# whose usage



## dukaine

My research turned up two declined forms of "whose" used in spoken Greek: ποιανού and ποιανής. I looked in one place and ποιανού was the masculine and neuter form, and ποιανής was the feminine. However, in my studies I've seen ποιανής used with masculine nouns (actual example - ποιανής είναι αυτός ο καφές. I'm really confused about which one to use when. Also, are their plural forms? I think I also read that there's a difference between the nominative, accusative, and genitive forms, as well as the word τίνος and all its forms. Can someone help me sort this out?


----------



## διαφορετικός

dukaine said:


> I've seen ποιανής used with masculine nouns (actual example - ποιανής είναι αυτός ο καφές; )


I suppose that the gender of ποιανής does not have to be identical to the gender of καφές in this example. The gender of ποιανής seems to refer to the gender of the owner of the coffee.
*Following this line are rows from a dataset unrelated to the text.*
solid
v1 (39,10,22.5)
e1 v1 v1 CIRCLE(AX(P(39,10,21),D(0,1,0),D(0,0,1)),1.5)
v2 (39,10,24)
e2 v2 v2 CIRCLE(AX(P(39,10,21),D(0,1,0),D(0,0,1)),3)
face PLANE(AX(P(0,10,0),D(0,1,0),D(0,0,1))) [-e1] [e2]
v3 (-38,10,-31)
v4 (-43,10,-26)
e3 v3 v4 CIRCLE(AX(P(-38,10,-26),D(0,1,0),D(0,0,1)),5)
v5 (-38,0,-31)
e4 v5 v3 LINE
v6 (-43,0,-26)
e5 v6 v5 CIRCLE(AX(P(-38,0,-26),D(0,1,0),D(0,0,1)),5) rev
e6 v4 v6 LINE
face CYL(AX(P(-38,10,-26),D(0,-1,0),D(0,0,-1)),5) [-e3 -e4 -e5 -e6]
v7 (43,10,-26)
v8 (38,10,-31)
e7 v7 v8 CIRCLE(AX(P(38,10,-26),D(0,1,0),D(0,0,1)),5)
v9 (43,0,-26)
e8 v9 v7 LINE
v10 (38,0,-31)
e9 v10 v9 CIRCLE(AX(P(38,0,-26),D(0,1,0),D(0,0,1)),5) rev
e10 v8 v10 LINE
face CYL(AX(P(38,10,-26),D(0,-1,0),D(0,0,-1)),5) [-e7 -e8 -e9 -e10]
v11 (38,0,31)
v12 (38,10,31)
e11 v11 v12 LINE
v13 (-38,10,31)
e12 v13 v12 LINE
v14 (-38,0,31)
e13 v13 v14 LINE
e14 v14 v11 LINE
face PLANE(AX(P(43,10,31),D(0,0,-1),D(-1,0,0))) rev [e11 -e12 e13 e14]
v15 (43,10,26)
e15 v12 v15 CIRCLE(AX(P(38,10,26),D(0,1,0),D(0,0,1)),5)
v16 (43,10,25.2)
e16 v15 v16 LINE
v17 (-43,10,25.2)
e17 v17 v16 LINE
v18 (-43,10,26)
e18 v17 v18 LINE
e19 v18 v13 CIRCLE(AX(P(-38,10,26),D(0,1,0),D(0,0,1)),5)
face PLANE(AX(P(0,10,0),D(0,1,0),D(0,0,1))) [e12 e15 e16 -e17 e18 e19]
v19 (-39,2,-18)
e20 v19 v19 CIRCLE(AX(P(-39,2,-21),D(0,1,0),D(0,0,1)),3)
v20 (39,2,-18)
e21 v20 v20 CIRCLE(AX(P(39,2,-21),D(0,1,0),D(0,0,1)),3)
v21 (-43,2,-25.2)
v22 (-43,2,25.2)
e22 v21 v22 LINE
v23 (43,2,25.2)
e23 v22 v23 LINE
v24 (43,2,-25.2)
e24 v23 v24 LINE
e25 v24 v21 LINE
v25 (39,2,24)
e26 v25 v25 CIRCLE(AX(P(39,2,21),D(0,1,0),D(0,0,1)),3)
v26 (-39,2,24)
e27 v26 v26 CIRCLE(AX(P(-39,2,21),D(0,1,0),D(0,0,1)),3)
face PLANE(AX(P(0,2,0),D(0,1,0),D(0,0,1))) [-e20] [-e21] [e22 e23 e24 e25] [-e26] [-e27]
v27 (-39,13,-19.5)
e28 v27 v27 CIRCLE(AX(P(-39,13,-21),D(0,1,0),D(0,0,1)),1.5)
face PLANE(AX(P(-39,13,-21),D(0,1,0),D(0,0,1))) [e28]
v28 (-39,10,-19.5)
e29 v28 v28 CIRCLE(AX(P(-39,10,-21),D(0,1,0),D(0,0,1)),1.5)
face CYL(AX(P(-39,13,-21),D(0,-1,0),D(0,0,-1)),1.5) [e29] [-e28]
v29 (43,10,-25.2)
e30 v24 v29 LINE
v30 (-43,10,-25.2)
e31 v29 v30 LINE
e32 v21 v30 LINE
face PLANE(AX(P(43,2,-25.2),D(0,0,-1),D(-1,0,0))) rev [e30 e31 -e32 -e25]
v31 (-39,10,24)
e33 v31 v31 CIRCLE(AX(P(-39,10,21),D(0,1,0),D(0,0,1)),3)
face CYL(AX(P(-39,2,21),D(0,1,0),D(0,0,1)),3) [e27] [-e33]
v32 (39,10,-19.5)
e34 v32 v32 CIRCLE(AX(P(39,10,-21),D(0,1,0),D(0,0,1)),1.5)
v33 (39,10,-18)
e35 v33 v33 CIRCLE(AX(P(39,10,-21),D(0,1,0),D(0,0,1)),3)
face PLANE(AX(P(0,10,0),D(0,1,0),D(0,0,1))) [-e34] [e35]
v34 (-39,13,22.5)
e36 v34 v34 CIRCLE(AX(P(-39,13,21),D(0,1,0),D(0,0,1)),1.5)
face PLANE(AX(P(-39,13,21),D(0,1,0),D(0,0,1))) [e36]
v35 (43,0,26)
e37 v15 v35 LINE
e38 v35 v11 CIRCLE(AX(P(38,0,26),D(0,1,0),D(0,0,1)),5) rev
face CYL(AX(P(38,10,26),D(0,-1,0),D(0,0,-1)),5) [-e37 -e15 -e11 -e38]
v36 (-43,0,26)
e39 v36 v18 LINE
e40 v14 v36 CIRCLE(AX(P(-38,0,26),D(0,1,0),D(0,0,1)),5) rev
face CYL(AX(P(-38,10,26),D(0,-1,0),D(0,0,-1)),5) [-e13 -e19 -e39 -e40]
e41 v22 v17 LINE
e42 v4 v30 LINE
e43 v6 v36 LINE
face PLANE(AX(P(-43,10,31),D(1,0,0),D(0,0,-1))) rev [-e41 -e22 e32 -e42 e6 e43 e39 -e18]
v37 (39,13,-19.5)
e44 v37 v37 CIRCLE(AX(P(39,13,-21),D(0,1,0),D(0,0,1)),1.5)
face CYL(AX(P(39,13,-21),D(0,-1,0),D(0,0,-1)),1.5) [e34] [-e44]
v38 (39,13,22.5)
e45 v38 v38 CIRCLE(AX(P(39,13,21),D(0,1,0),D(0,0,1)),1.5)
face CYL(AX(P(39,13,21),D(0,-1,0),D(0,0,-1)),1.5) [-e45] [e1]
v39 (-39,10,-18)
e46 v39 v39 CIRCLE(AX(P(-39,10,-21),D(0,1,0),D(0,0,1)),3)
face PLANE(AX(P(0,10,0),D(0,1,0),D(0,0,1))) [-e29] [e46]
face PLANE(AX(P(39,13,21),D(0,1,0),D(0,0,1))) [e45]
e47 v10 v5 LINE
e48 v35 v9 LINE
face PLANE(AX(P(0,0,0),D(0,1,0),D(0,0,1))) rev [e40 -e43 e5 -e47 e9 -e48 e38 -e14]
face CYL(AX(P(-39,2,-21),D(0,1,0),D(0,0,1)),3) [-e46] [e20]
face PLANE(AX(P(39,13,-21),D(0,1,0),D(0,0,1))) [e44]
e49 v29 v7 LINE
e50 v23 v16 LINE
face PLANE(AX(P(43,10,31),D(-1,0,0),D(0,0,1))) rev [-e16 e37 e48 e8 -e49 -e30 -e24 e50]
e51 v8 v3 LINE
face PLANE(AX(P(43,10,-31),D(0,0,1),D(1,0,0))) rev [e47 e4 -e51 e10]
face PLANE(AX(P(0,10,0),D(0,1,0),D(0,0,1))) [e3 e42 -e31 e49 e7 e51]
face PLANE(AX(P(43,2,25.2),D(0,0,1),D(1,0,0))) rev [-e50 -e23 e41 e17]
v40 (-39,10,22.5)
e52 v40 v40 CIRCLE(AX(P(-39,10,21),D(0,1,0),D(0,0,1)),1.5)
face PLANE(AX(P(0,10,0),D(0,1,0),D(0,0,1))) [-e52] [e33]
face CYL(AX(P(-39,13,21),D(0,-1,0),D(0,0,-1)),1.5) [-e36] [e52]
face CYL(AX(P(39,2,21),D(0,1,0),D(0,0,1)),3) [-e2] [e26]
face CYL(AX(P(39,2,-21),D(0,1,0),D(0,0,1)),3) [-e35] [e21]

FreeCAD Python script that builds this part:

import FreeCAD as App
import Part
import Sketcher

V = App.Vector


def edges_at(feature, points):
    """Names of the edges that pass closest to the given points."""
    edges = feature.Shape.Edges
    near = lambda p: min(range(len(edges)), key=lambda i: edges[i].distToShape(Part.Vertex(*p))[0])
    return sorted({f"Edge{near(p) + 1}" for p in points})

doc = App.newDocument("Part")
body = doc.addObject("PartDesign::Body", "Body")

sketch1 = doc.addObject("Sketcher::SketchObject", "Sketch")
body.addObject(sketch1)
sketch1.AttachmentSupport = (doc.XZ_Plane, [""])
sketch1.MapMode = "FlatFace"
sketch1.addGeometry([
    Part.LineSegment(V(-43, -31, 0), V(-43, 31, 0)),
    Part.LineSegment(V(-43, 31, 0), V(43, 31, 0)),
    Part.LineSegment(V(43, 31, 0), V(43, -31, 0)),
    Part.LineSegment(V(43, -31, 0), V(-43, -31, 0)),
], False)
sketch1.addConstraint([
    Sketcher.Constraint("Coincident", 0, 2, 1, 1),
    Sketcher.Constraint("Coincident", 1, 2, 2, 1),
    Sketcher.Constraint("Coincident", 2, 2, 3, 1),
    Sketcher.Constraint("Coincident", 3, 2, 0, 1),
    Sketcher.Constraint("Vertical", 0),
    Sketcher.Constraint("Horizontal", 1),
    Sketcher.Constraint("Vertical", 2),
    Sketcher.Constraint("Horizontal", 3),
    Sketcher.Constraint("Symmetric", 0, 2, 2, 2, -1, 1),
    Sketcher.Constraint("DistanceX", 1, 1, 1, 2, 86.0),
    Sketcher.Constraint("DistanceY", 0, 1, 0, 2, 62.0),
])
pad1 = doc.addObject("PartDesign::Pad", "Pad")
body.addObject(pad1)
pad1.Profile = sketch1
pad1.Length = 10
pad1.Reversed = True

sketch2 = doc.addObject("Sketcher::SketchObject", "Sketch001")
body.addObject(sketch2)
sketch2.AttachmentSupport = (doc.XZ_Plane, [""])
sketch2.MapMode = "FlatFace"
sketch2.AttachmentOffset = App.Placement(V(0, 0, -10), App.Rotation())
sketch2.addGeometry([
    Part.LineSegment(V(-43, -25.2, 0), V(-43, 25.2, 0)),
    Part.LineSegment(V(-43, 25.2, 0), V(43, 25.2, 0)),
    Part.LineSegment(V(43, 25.2, 0), V(43, -25.2, 0)),
    Part.LineSegment(V(43, -25.2, 0), V(-43, -25.2, 0)),
    Part.Circle(V(-39, 21, 0), V(0, 0, 1), 3),
    Part.Circle(V(39, 21, 0), V(0, 0, 1), 3),
    Part.Circle(V(-39, -21, 0), V(0, 0, 1), 3),
    Part.Circle(V(39, -21, 0), V(0, 0, 1), 3),
], False)
sketch2.addConstraint([
    Sketcher.Constraint("Coincident", 0, 2, 1, 1),
    Sketcher.Constraint("Coincident", 1, 2, 2, 1),
    Sketcher.Constraint("Coincident", 2, 2, 3, 1),
    Sketcher.Constraint("Coincident", 3, 2, 0, 1),
    Sketcher.Constraint("Vertical", 0),
    Sketcher.Constraint("Horizontal", 1),
    Sketcher.Constraint("Vertical", 2),
    Sketcher.Constraint("Horizontal", 3),
    Sketcher.Constraint("Equal", 4, 5),
    Sketcher.Constraint("Equal", 5, 6),
    Sketcher.Constraint("Equal", 6, 7),
    Sketcher.Constraint("Symmetric", 5, 3, 6, 3, -1, 1),
    Sketcher.Constraint("Symmetric", 4, 3, 7, 3, -1, 1),
    Sketcher.Constraint("Symmetric", 0, 2, 2, 2, -1, 1),
    Sketcher.Constraint("Symmetric", 4, 3, 5, 3, -2),
    Sketcher.Constraint("Diameter", 4, 6.0),
    Sketcher.Constraint("DistanceX", 1, 1, 1, 2, 86.0),
    Sketcher.Constraint("DistanceY", 0, 1, 0, 2, 50.4),
    Sketcher.Constraint("DistanceX", 4, 3, -1, 1, 39.0),
    Sketcher.Constraint("DistanceY", -1, 1, 4, 3, 21.0),
])
pocket1 = doc.addObject("PartDesign::Pocket", "Pocket")
body.addObject(pocket1)
pocket1.Profile = sketch2
pocket1.Length = 8
pocket1.Reversed = True

sketch3 = doc.addObject("Sketcher::SketchObject", "Sketch002")
body.addObject(sketch3)
sketch3.AttachmentSupport = (doc.XZ_Plane, [""])
sketch3.MapMode = "FlatFace"
sketch3.AttachmentOffset = App.Placement(V(0, 0, -10), App.Rotation())
sketch3.addGeometry([
    Part.Circle(V(-39, -21, 0), V(0, 0, 1), 1.5),
    Part.Circle(V(39, -21, 0), V(0, 0, 1), 1.5),
    Part.Circle(V(39, 21, 0), V(0, 0, 1), 1.5),
    Part.Circle(V(-39, 21, 0), V(0, 0, 1), 1.5),
], False)
sketch3.addConstraint([
    Sketcher.Constraint("Equal", 0, 1),
    Sketcher.Constraint("Equal", 1, 2),
    Sketcher.Constraint("Equal", 2, 3),
    Sketcher.Constraint("Symmetric", 0, 3, 2, 3, -1, 1),
    Sketcher.Constraint("Symmetric", 1, 3, 3, 3, -1, 1),
    Sketcher.Constraint("Symmetric", 0, 3, 1, 3, -2),
    Sketcher.Constraint("Diameter", 0, 3.0),
    Sketcher.Constraint("DistanceX", 0, 3, -1, 1, 39.0),
    Sketcher.Constraint("DistanceY", 0, 3, -1, 1, 21.0),
])
pad2 = doc.addObject("PartDesign::Pad", "Pad001")
body.addObject(pad2)
pad2.Profile = sketch3
pad2.Length = 3
pad2.Reversed = True
doc.recompute()

fillet = doc.addObject("PartDesign::Fillet", "Fillet")
body.addObject(fillet)
fillet.Base = (pad2, edges_at(pad2, [
    (-43, 5, -31),
    (43, 5, -31),
    (43, 5, 31),
    (-43, 5, 31),
]))
fillet.Radius = 5

doc.recompute()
I have found the different forms of the word here, including the plural:
ποιος - Βικιλεξικό

According to
Νέα : Κλίση, Ορθογραφία, Αναγνώριση, Γραμματική (Νέα Και Λόγια Ελληνική) - Lexigram
the long forms ("...αν...") are used for spoken language (προφορικό λόγο) and in artistic literature (λογοτεχνία).


----------



## dukaine

διαφορετικός said:


> The gender of ποιανής seems to refer to the gender of the owner of the coffee.
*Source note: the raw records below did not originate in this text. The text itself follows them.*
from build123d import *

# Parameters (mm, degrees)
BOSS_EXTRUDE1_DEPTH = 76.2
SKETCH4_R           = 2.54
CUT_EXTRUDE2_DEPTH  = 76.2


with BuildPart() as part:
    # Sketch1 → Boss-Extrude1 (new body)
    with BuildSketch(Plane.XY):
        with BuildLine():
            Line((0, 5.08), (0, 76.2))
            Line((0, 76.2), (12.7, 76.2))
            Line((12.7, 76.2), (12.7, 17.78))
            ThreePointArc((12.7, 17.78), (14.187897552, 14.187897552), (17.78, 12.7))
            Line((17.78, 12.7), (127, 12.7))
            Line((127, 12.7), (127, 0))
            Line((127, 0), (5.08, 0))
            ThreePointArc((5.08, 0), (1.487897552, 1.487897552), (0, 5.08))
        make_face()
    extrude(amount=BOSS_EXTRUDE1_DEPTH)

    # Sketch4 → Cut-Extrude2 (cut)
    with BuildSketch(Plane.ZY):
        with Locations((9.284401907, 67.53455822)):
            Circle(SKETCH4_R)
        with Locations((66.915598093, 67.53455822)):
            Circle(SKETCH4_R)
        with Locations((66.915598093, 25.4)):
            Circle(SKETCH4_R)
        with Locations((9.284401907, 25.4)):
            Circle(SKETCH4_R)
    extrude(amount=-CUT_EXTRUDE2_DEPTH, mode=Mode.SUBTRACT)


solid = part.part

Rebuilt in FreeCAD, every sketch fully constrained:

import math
import FreeCAD as App
import Part
import Sketcher
from FreeCAD import Vector
Q = App.Units.Quantity

doc = App.newDocument("Part")
body = doc.addObject("PartDesign::Body", "Body")

# Sketch on XY plane
sketch1 = body.newObject("Sketcher::SketchObject", "Sketch")
sketch1.AttachmentSupport = (doc.getObject("XY_Plane"), [""])
sketch1.MapMode = "FlatFace"
sketch1.addGeometry([
    Part.LineSegment(Vector(0, 76, 0), Vector(0, 5, 0)),  # 0
    Part.ArcOfCircle(Part.Circle(Vector(5, 5, 0), Vector(0, 0, 1), 5), math.radians(-180), math.radians(-90)),  # 1
    Part.LineSegment(Vector(5, 0, 0), Vector(127, 0, 0)),  # 2
    Part.LineSegment(Vector(127, 0, 0), Vector(127, 13, 0)),  # 3
    Part.LineSegment(Vector(127, 13, 0), Vector(18, 13, 0)),  # 4
    Part.ArcOfCircle(Part.Circle(Vector(18, 18, 0), Vector(0, 0, 1), 5), math.radians(-180), math.radians(-90)),  # 5
    Part.LineSegment(Vector(13, 18, 0), Vector(13, 76, 0)),  # 6
    Part.LineSegment(Vector(13, 76, 0), Vector(0, 76, 0)),  # 7
], False)
sketch1.addConstraint([
    Sketcher.Constraint("Tangent", 0, 2, 1, 1),
    Sketcher.Constraint("Tangent", 1, 2, 2, 1),
    Sketcher.Constraint("Coincident", 2, 2, 3, 1),
    Sketcher.Constraint("Coincident", 3, 2, 4, 1),
    Sketcher.Constraint("Tangent", 4, 2, 5, 2),
    Sketcher.Constraint("Tangent", 5, 1, 6, 1),
    Sketcher.Constraint("Coincident", 6, 2, 7, 1),
    Sketcher.Constraint("Coincident", 7, 2, 0, 1),
    Sketcher.Constraint("Vertical", 0),
    Sketcher.Constraint("Horizontal", 2),
    Sketcher.Constraint("Vertical", 3),
    Sketcher.Constraint("Horizontal", 4),
    Sketcher.Constraint("Vertical", 6),
    Sketcher.Constraint("Horizontal", 7),
    Sketcher.Constraint("Equal", 1, 5),
    Sketcher.Constraint("PointOnObject", 0, 2, -2),
    Sketcher.Constraint("PointOnObject", 1, 2, -1),
    Sketcher.Constraint("Equal", 7, 3),
    Sketcher.Constraint("Radius", 1, Q("0.2 in")),
    Sketcher.Constraint("DistanceX", 2, 1, 2, 2, Q("4.8 in")),
    Sketcher.Constraint("DistanceX", 4, 2, 4, 1, Q("4.3 in")),
    Sketcher.Constraint("DistanceY", 0, 2, 0, 1, Q("2.8 in")),
])
pad1 = body.newObject("PartDesign::Pad", "Pad")
pad1.Profile = sketch1
pad1.Length = Q("3 in")

# Sketch on YZ plane
sketch2 = body.newObject("Sketcher::SketchObject", "Sketch001")
sketch2.AttachmentSupport = (doc.getObject("YZ_Plane"), [""])
sketch2.MapMode = "FlatFace"
sketch2.addGeometry([
    Part.Circle(Vector(67.5, 9.3, 0), Vector(0, 0, 1), 2.5),
    Part.Circle(Vector(67.5, 66.9, 0), Vector(0, 0, 1), 2.5),
    Part.Circle(Vector(25.4, 66.9, 0), Vector(0, 0, 1), 2.5),
    Part.Circle(Vector(25.4, 9.3, 0), Vector(0, 0, 1), 2.5),
], False)
sketch2.addConstraint([
    Sketcher.Constraint("Equal", 0, 1),
    Sketcher.Constraint("Equal", 1, 2),
    Sketcher.Constraint("Equal", 2, 3),
    Sketcher.Constraint("Horizontal", 1, 3, 2, 3),
    Sketcher.Constraint("Horizontal", 0, 3, 3, 3),
    Sketcher.Constraint("Vertical", 0, 3, 1, 3),
    Sketcher.Constraint("Vertical", 2, 3, 3, 3),
    Sketcher.Constraint("Diameter", 0, Q("0.2 in")),
    Sketcher.Constraint("DistanceX", -1, 1, 2, 3, Q("1 in")),
    Sketcher.Constraint("DistanceY", -1, 1, 0, 3, 9.284402),
    Sketcher.Constraint("DistanceY", -1, 1, 1, 3, 66.915598),
    Sketcher.Constraint("DistanceX", -1, 1, 0, 3, 67.534558),
])
pocket1 = body.newObject("PartDesign::Pocket", "Pocket")
pocket1.Profile = sketch2
pocket1.Length = Q("3 in")
pocket1.Reversed = True

doc.recompute()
But -νης is feminine. If you don't know who it belongs to, wouldn't you use masculine if it refers to the owner?


----------



## ireney

Hello dukaine. As διαφορετικός mentioned in your example the "ποιανής" does not refer to the coffee but to the person it belongs to. "Whose is this coffee?" (who does this coffee belong to?) asks the sentence. Let's say it was asking "whose is he?" and the answer was "He is hers"  . You can easily see, in the answer to the hypothetical second question, that, in English too, the gender does not have to comply between the two.
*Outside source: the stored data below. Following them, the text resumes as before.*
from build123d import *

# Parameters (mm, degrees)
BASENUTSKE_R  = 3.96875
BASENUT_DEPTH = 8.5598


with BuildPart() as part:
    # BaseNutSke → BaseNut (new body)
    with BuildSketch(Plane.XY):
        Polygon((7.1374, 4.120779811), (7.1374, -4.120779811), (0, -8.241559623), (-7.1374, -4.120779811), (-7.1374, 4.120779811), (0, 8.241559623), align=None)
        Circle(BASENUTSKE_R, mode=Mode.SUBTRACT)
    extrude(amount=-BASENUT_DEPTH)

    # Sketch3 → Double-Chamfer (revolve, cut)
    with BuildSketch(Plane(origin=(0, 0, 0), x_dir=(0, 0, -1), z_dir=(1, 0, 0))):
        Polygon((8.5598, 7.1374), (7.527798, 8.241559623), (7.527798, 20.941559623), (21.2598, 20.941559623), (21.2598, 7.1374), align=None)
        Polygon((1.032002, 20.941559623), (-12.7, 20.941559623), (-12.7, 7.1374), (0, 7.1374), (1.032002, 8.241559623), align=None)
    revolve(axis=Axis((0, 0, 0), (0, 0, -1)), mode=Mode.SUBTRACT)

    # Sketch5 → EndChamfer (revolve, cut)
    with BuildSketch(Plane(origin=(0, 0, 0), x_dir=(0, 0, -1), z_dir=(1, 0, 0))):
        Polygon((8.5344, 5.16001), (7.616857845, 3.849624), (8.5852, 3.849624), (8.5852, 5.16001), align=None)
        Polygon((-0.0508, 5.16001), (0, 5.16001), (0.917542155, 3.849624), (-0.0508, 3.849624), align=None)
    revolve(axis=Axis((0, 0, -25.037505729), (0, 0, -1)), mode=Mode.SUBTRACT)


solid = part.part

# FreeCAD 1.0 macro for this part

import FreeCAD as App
import Part
import Sketcher

V = App.Vector
Q = App.Units.Quantity


def add_polygon(sketch, points):
    """Adds a closed chain of lines whose ends are joined by coincident constraints."""
    first, n = sketch.GeometryCount, len(points)
    for a, b in zip(points, points[1:] + points[:1]):
        sketch.addGeometry(Part.LineSegment(App.Vector(*a, 0), App.Vector(*b, 0)), False)
    for i in range(n):
        sketch.addConstraint(Sketcher.Constraint("Coincident", first + i, 2, first + (i + 1) % n, 1))

doc = App.newDocument("Part")
body = doc.addObject("PartDesign::Body", "Body")

# Sketch on XY plane
sketch1 = body.newObject("Sketcher::SketchObject", "Sketch")
sketch1.AttachmentSupport = (doc.getObject("XY_Plane"), [""])
sketch1.MapMode = "FlatFace"
add_polygon(sketch1, [(7.1374, -4.12078), (7.1374, 4.12078), (0, 8.24156), (-7.1374, 4.12078), (-7.1374, -4.12078), (0, -8.24156)])  # lines 0-5
sketch1.addGeometry(Part.Circle(V(0, 0, 0), V(0, 0, 1), 3.96875), False)  # 6
sketch1.addConstraint(Sketcher.Constraint("Vertical", 0))
sketch1.addConstraint(Sketcher.Constraint("Vertical", 3))
sketch1.addConstraint(Sketcher.Constraint("Coincident", 6, 3, -1, 1))
sketch1.addConstraint(Sketcher.Constraint("Symmetric", 0, 2, 3, 2, -1, 1))
sketch1.addConstraint(Sketcher.Constraint("Symmetric", 1, 2, 4, 2, -1, 1))
sketch1.addConstraint(Sketcher.Constraint("PointOnObject", 1, 2, -2))
sketch1.addConstraint(Sketcher.Constraint("Parallel", 2, 5))
sketch1.addConstraint(Sketcher.Constraint("Horizontal", 0, 2, 2, 2))
sketch1.addConstraint(Sketcher.Constraint("Diameter", 6, Q("0.3125 in")))
sketch1.addConstraint(Sketcher.Constraint("Angle", 1, Q("150 deg")))
sketch1.addConstraint(Sketcher.Constraint("DistanceX", -1, 1, 0, 2, Q("0.281 in")))
sketch1.addConstraint(Sketcher.Constraint("DistanceY", 0, 1, 0, 2, 8.24156))
pad1 = body.newObject("PartDesign::Pad", "Pad")
pad1.Profile = sketch1
pad1.Length = Q("0.337 in")
pad1.Reversed = True

# Sketch on YZ plane
sketch2 = body.newObject("Sketcher::SketchObject", "Sketch001")
sketch2.AttachmentSupport = (doc.getObject("YZ_Plane"), [""])
sketch2.MapMode = "FlatFace"
add_polygon(sketch2, [(8.24156, -7.527798), (7.1374, -8.5598), (7.1374, -21.2598), (20.94156, -21.2598), (20.94156, -7.527798)])  # lines 0-4
add_polygon(sketch2, [(20.94156, -1.032002), (20.94156, 12.7), (7.1374, 12.7), (7.1374, 0), (8.24156, -1.032002)])  # lines 5-9
sketch2.addConstraint(Sketcher.Constraint("Vertical", 1))
sketch2.addConstraint(Sketcher.Constraint("Horizontal", 2))
sketch2.addConstraint(Sketcher.Constraint("Vertical", 3))
sketch2.addConstraint(Sketcher.Constraint("Horizontal", 4))
sketch2.addConstraint(Sketcher.Constraint("Vertical", 5))
sketch2.addConstraint(Sketcher.Constraint("Horizontal", 6))
sketch2.addConstraint(Sketcher.Constraint("Vertical", 7))
sketch2.addConstraint(Sketcher.Constraint("Horizontal", 9))
sketch2.addConstraint(Sketcher.Constraint("PointOnObject", 7, 2, -1))
sketch2.addConstraint(Sketcher.Constraint("Vertical", 3, 2, 5, 2))
sketch2.addConstraint(Sketcher.Constraint("Vertical", 1, 2, 6, 2))
sketch2.addConstraint(Sketcher.Constraint("Vertical", 4, 2, 8, 2))
sketch2.addConstraint(Sketcher.Constraint("Equal", 9, 1))
sketch2.addConstraint(Sketcher.Constraint("Equal", 3, 5))
sketch2.addConstraint(Sketcher.Constraint("Equal", 1, 7))
sketch2.addConstraint(Sketcher.Constraint("DistanceX", 4, 2, 4, 1, Q("0.5 in")))
sketch2.addConstraint(Sketcher.Constraint("DistanceX", -1, 1, 0, 2, Q("0.281 in")))
sketch2.addConstraint(Sketcher.Constraint("DistanceY", 0, 2, -1, 1, Q("0.337 in")))
sketch2.addConstraint(Sketcher.Constraint("DistanceY", 3, 1, 3, 2, 13.732002))
sketch2.addConstraint(Sketcher.Constraint("DistanceX", 2, 1, 2, 2, 13.80416))
groove = body.newObject("PartDesign::Groove", "Groove")
groove.Profile = sketch2
groove.ReferenceAxis = (sketch2, ["V_Axis"])
groove.Angle = 360

# Sketch on YZ plane
sketch3 = body.newObject("Sketcher::SketchObject", "Sketch002")
sketch3.AttachmentSupport = (doc.getObject("YZ_Plane"), [""])
sketch3.MapMode = "FlatFace"
add_polygon(sketch3, [(5.16001, -8.5344), (3.849624, -7.616858), (3.849624, -8.5852), (5.16001, -8.5852)])  # lines 0-3
add_polygon(sketch3, [(5.16001, 0), (5.16001, 0.0508), (3.849624, 0.0508), (3.849624, -0.917542)])  # lines 4-7
sketch3.addConstraint(Sketcher.Constraint("Vertical", 1))
sketch3.addConstraint(Sketcher.Constraint("Horizontal", 2))
sketch3.addConstraint(Sketcher.Constraint("Vertical", 3))
sketch3.addConstraint(Sketcher.Constraint("Vertical", 4))
sketch3.addConstraint(Sketcher.Constraint("Horizontal", 5))
sketch3.addConstraint(Sketcher.Constraint("Vertical", 6))
sketch3.addConstraint(Sketcher.Constraint("PointOnObject", 7, 2, -1))
sketch3.addConstraint(Sketcher.Constraint("Vertical", 3, 2, 4, 2))
sketch3.addConstraint(Sketcher.Constraint("Vertical", 1, 2, 5, 2))
sketch3.addConstraint(Sketcher.Constraint("Equal", 3, 4))
sketch3.addConstraint(Sketcher.Constraint("Equal", 1, 6))
sketch3.addConstraint(Sketcher.Constraint("Angle", 0, Q("145 deg")))
sketch3.addConstraint(Sketcher.Constraint("DistanceY", 3, 1, 3, 2, Q("0.002 in")))
sketch3.addConstraint(Sketcher.Constraint("DistanceY", 2, 2, 4, 2, Q("0.34 in")))
sketch3.addConstraint(Sketcher.Constraint("DistanceX", 2, 1, 2, 2, 1.310386))
sketch3.addConstraint(Sketcher.Constraint("DistanceX", -1, 1, 2, 2, 5.16001))
groove2 = body.newObject("PartDesign::Groove", "Groove001")
groove2.Profile = sketch3
groove2.ReferenceAxis = (sketch3, ["V_Axis"])
groove2.Angle = 360

doc.recompute()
As for your second question, yes, if you do not know the gender in a mixed group you'd go for the masculine. If, however, it's a group of women who are having coffee then you'd go for the feminine.


----------



## Vagabond

dukaine said:


> My research turned up two declined forms of "whose" used in spoken Greek: ποιανού and ποιανής. I looked in one place and ποιανού was the masculine and neuter form, and ποιανής was the feminine. However, in my studies I've seen ποιανής used with masculine nouns (actual example - ποιανής είναι αυτός ο καφές. I'm really confused about which one to use when. Also, are their plural forms? I think I also read that there's a difference between the nominative, accusative, and genitive forms, as well as the word τίνος and all its forms. Can someone help me sort this out?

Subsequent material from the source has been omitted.